The 2nd federal electoral district of Quintana Roo (Distrito electoral federal 02 de Quintana Roo) is one of the 300 electoral districts into which Mexico is divided for elections to the federal Chamber of Deputies and one of four such districts in the state of Quintana Roo.

It elects one deputy to the lower house of Congress for each three-year legislative session by means of the first-past-the-post system. Votes cast in the district also count towards the calculation of proportional representation ("plurinominal") deputies elected from the third region.

The district was created upon Quintana Roo's statehood in 1974.

The current member for the district, elected in the 2024 general election, is Elda María Xix Euan of the National Regeneration Movement (Morena).

==District territory==
Under the 2023 districting plan adopted by the National Electoral Institute (INE), which is to be used for the 2024, 2027 and 2030 federal elections,
the 2nd district covers 291 precincts (secciones electorales) across five of the state's 11 municipalities:
- Bacalar, Felipe Carrillo Puerto, José María Morelos, Othón P. Blanco and Tulum.

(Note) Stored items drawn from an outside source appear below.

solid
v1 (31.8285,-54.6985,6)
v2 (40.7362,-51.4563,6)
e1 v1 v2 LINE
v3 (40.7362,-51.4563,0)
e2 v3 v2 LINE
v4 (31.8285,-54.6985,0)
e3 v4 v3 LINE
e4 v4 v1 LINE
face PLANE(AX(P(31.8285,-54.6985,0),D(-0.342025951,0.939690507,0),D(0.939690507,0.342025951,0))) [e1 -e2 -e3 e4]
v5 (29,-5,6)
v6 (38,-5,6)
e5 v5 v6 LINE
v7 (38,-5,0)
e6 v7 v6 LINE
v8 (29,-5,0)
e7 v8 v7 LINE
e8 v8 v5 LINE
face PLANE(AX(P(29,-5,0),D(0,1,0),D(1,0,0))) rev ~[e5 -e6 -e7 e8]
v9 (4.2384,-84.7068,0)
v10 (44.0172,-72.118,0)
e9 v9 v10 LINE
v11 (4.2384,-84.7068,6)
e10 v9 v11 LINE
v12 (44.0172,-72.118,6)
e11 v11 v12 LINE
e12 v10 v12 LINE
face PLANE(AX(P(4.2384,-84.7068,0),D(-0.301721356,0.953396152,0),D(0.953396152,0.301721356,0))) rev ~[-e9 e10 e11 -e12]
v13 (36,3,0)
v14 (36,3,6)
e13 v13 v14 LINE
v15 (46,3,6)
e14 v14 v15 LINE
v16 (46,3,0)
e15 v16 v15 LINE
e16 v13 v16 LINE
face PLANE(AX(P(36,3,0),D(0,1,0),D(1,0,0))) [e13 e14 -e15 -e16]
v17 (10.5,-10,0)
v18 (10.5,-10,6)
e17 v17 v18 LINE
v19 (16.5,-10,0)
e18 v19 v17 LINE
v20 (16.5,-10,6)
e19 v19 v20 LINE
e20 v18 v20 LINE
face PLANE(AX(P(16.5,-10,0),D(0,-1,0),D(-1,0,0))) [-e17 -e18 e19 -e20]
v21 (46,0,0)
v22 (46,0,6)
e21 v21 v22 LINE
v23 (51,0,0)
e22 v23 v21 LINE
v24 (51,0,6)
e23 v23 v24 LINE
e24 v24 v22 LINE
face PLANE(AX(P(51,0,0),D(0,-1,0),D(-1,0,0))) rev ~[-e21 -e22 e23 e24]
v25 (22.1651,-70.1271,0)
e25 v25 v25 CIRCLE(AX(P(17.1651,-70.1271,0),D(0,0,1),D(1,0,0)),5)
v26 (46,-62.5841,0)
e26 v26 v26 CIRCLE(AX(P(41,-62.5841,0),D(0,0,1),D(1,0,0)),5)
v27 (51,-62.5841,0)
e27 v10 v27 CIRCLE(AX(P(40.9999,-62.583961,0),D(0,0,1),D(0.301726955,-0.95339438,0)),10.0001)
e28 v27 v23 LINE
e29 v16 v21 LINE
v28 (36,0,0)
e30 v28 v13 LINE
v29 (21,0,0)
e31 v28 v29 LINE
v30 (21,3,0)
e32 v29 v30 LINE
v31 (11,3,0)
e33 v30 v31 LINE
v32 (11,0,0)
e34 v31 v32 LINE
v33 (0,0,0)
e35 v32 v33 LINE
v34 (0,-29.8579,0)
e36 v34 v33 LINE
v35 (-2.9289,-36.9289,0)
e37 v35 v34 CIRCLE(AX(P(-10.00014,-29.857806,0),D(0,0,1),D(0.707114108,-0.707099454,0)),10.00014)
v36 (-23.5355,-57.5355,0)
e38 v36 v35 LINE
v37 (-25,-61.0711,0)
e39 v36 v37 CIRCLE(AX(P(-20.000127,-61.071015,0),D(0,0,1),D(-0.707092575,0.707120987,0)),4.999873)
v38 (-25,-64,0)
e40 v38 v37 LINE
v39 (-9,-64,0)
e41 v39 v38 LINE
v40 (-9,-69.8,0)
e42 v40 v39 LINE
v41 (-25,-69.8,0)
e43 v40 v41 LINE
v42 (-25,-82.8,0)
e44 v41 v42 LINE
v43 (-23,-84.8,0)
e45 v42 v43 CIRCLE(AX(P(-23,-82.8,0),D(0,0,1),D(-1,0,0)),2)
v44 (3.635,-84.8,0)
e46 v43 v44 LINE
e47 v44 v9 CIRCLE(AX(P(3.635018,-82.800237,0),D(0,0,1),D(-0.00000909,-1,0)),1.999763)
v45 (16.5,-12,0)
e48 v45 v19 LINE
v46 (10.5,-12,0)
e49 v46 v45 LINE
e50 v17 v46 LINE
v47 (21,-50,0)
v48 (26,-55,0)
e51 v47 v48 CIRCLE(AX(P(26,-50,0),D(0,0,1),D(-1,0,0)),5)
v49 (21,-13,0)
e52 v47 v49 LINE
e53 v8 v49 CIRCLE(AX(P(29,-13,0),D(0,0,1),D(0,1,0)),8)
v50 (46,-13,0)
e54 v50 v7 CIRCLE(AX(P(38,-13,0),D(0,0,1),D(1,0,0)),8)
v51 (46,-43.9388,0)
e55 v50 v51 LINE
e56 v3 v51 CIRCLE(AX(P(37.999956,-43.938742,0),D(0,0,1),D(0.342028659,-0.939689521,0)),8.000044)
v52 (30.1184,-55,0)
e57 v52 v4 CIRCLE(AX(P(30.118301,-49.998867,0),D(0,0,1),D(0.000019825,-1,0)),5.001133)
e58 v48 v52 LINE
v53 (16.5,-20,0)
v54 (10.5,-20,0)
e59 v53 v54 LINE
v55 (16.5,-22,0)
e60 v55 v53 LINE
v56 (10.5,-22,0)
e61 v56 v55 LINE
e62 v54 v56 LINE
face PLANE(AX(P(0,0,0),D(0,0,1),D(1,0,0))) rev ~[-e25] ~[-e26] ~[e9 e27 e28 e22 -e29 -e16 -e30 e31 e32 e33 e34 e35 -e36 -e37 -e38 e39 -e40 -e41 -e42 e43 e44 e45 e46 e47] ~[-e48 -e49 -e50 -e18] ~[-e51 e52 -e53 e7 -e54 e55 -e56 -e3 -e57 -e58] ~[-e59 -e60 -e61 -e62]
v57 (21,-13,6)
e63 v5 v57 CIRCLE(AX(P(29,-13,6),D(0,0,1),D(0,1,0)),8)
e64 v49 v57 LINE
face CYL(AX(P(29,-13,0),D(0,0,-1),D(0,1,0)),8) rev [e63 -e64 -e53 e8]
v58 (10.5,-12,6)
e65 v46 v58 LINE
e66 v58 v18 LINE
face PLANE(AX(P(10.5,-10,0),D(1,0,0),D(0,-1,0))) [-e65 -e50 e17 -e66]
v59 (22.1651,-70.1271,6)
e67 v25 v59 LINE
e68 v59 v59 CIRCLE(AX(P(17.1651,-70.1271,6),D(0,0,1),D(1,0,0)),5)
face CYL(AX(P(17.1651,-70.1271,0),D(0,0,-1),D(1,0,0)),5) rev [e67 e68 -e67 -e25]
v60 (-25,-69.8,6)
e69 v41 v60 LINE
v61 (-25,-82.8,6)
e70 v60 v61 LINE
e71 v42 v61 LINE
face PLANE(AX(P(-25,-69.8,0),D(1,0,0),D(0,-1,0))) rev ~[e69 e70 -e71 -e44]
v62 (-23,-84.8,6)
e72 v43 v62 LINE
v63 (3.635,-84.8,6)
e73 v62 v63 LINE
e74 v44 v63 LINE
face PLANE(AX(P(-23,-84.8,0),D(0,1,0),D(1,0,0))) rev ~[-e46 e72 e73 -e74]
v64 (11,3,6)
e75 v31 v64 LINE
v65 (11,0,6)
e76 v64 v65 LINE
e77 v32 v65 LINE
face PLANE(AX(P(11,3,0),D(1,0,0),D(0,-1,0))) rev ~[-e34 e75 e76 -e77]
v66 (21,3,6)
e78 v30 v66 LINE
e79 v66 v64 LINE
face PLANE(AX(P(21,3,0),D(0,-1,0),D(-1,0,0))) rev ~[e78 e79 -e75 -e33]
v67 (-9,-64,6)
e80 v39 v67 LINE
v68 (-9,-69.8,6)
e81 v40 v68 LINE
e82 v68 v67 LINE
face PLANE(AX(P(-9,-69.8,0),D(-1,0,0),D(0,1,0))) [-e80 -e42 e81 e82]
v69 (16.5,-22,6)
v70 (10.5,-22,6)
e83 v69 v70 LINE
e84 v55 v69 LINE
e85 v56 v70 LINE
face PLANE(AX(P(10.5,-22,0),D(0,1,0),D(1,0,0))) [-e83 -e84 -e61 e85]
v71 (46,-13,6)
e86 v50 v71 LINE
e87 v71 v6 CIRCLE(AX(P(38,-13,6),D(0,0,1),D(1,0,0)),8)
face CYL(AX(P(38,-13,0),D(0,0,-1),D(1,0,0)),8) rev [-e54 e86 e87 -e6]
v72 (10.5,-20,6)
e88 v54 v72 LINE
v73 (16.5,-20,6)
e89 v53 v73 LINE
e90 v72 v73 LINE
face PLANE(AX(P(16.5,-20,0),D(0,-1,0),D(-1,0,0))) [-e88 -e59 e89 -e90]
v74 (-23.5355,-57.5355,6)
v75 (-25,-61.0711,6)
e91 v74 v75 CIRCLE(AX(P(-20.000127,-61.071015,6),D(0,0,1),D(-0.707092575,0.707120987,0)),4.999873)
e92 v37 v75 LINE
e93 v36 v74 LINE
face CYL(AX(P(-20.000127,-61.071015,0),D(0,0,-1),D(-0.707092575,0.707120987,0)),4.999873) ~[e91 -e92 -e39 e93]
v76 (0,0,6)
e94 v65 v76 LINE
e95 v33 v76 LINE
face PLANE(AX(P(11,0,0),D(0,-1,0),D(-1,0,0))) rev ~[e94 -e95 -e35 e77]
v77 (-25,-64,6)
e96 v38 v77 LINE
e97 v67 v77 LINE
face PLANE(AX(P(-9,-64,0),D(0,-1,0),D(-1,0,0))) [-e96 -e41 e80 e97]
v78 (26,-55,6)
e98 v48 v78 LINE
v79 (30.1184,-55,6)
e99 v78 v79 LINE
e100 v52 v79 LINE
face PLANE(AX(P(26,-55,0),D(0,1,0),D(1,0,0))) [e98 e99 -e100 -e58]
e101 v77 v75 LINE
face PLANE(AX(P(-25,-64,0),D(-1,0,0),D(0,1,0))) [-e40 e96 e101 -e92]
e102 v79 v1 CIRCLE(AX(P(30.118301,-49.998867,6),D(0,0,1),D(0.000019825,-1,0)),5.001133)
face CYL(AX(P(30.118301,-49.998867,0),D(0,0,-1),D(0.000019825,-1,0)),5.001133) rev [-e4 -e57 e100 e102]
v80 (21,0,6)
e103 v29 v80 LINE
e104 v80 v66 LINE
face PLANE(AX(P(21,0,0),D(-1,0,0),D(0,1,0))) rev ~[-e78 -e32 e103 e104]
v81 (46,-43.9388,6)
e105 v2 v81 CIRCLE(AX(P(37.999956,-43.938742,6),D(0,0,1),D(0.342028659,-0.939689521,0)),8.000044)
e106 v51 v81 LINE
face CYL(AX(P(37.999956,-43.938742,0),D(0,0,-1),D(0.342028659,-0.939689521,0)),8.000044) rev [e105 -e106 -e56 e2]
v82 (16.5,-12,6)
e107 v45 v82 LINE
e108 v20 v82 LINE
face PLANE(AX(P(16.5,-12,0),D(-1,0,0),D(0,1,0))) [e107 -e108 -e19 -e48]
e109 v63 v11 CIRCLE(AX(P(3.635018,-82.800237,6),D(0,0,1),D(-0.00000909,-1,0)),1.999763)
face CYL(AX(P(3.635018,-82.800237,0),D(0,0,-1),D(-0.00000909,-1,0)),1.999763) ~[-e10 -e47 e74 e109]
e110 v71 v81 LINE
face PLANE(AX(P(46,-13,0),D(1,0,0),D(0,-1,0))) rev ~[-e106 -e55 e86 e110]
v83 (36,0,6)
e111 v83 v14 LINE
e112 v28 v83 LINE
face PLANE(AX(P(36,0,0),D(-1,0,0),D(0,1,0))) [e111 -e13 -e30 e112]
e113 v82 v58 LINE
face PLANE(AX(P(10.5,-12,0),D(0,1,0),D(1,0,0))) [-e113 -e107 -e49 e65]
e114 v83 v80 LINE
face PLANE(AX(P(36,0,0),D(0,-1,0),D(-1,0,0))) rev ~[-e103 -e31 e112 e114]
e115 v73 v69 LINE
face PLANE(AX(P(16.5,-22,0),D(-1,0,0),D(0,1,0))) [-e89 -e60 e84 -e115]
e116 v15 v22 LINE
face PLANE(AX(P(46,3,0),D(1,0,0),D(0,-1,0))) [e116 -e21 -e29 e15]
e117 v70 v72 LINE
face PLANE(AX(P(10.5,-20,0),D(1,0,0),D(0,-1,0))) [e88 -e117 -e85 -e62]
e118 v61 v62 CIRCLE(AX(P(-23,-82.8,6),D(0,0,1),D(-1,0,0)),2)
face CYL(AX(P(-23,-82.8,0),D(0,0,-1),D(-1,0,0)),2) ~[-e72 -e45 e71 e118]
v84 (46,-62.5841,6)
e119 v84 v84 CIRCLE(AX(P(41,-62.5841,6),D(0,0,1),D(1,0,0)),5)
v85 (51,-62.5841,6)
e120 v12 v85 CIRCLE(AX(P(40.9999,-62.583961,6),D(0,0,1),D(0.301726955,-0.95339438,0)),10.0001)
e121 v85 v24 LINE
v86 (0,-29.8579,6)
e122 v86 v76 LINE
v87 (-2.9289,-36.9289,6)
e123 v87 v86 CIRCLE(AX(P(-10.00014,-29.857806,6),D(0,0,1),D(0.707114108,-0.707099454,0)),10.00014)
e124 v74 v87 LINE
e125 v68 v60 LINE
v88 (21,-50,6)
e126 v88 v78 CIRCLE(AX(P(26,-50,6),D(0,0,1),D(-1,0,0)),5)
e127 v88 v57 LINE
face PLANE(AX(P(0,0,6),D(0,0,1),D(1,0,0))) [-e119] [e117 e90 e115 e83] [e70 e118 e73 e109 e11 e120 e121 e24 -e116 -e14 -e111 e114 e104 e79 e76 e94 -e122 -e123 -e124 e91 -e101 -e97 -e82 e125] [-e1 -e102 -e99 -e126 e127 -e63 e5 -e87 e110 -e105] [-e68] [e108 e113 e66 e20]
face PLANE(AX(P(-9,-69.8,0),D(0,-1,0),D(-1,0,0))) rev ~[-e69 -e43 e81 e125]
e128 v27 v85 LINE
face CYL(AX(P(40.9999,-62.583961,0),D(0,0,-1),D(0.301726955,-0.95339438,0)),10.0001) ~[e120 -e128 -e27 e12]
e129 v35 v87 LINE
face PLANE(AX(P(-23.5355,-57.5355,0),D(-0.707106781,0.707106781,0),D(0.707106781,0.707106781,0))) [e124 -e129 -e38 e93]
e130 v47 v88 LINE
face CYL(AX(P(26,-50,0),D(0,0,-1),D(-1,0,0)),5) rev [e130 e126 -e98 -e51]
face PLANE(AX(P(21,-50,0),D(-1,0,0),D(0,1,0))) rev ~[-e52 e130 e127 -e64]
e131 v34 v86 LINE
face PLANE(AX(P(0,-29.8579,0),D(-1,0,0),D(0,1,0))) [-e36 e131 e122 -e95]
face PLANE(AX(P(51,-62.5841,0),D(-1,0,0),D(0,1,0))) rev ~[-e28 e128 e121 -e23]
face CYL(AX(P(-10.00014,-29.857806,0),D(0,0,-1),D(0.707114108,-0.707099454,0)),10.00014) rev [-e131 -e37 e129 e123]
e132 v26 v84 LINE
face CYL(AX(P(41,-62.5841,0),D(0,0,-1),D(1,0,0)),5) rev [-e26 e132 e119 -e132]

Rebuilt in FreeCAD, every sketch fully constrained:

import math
import FreeCAD as App
import Part
import Sketcher

V = App.Vector
Q = App.Units.Quantity

doc = App.newDocument("Part")
body = doc.addObject("PartDesign::Body", "Body")

# Sketch on XY plane
sketch1 = body.newObject("Sketcher::SketchObject", "Sketch")
sketch1.AttachmentSupport = (doc.getObject("XY_Plane"), [""])
sketch1.MapMode = "FlatFace"
sketch1.addGeometry(Part.ArcOfCircle(Part.Circle(V(41, -62.6, 0), V(0, 0, 1), 10), math.radians(-72), math.radians(0)), False)
sketch1.addGeometry(Part.LineSegment(V(51, -62.6, 0), V(51, 0, 0)), False)
sketch1.addGeometry(Part.LineSegment(V(51, 0, 0), V(46, 0, 0)), False)
sketch1.addGeometry(Part.LineSegment(V(46, 0, 0), V(46, 3, 0)), False)
sketch1.addGeometry(Part.LineSegment(V(46, 3, 0), V(36, 3, 0)), False)
sketch1.addGeometry(Part.LineSegment(V(36, 3, 0), V(36, 0, 0)), False)
sketch1.addGeometry(Part.LineSegment(V(36, 0, 0), V(21, 0, 0)), False)
sketch1.addGeometry(Part.LineSegment(V(21, 0, 0), V(21, 3, 0)), False)
sketch1.addGeometry(Part.LineSegment(V(21, 3, 0), V(11, 3, 0)), False)
sketch1.addGeometry(Part.LineSegment(V(11, 3, 0), V(11, 0, 0)), False)
sketch1.addGeometry(Part.LineSegment(V(11, 0, 0), V(0, 0, 0)), False)
sketch1.addGeometry(Part.LineSegment(V(0, 0, 0), V(0, -29.9, 0)), False)
sketch1.addGeometry(Part.ArcOfCircle(Part.Circle(V(-10, -29.9, 0), V(0, 0, 1), 10), math.radians(-45), math.radians(0)), False)
sketch1.addGeometry(Part.LineSegment(V(-2.9, -36.9, 0), V(-23.5, -57.5, 0)), False)
sketch1.addGeometry(Part.ArcOfCircle(Part.Circle(V(-20, -61.1, 0), V(0, 0, 1), 5), math.radians(135), math.radians(180)), False)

The head town (cabecera distrital), where results from individual polling stations are gathered together and tallied, is the state capital, the city of Chetumal. The district reported a population of 445,278 in the 2020 census and, with Indigenous and Afrodescendent inhabitants accounting for over 49% of that total, Quintana Roo's 2nd is classified by the INE as an indigenous district: the only one in the state. (Note: The INE deems any local or federal electoral district where Indigenous or Afrodescendent inhabitants number 40% or more of the total population to be an indigenous district.)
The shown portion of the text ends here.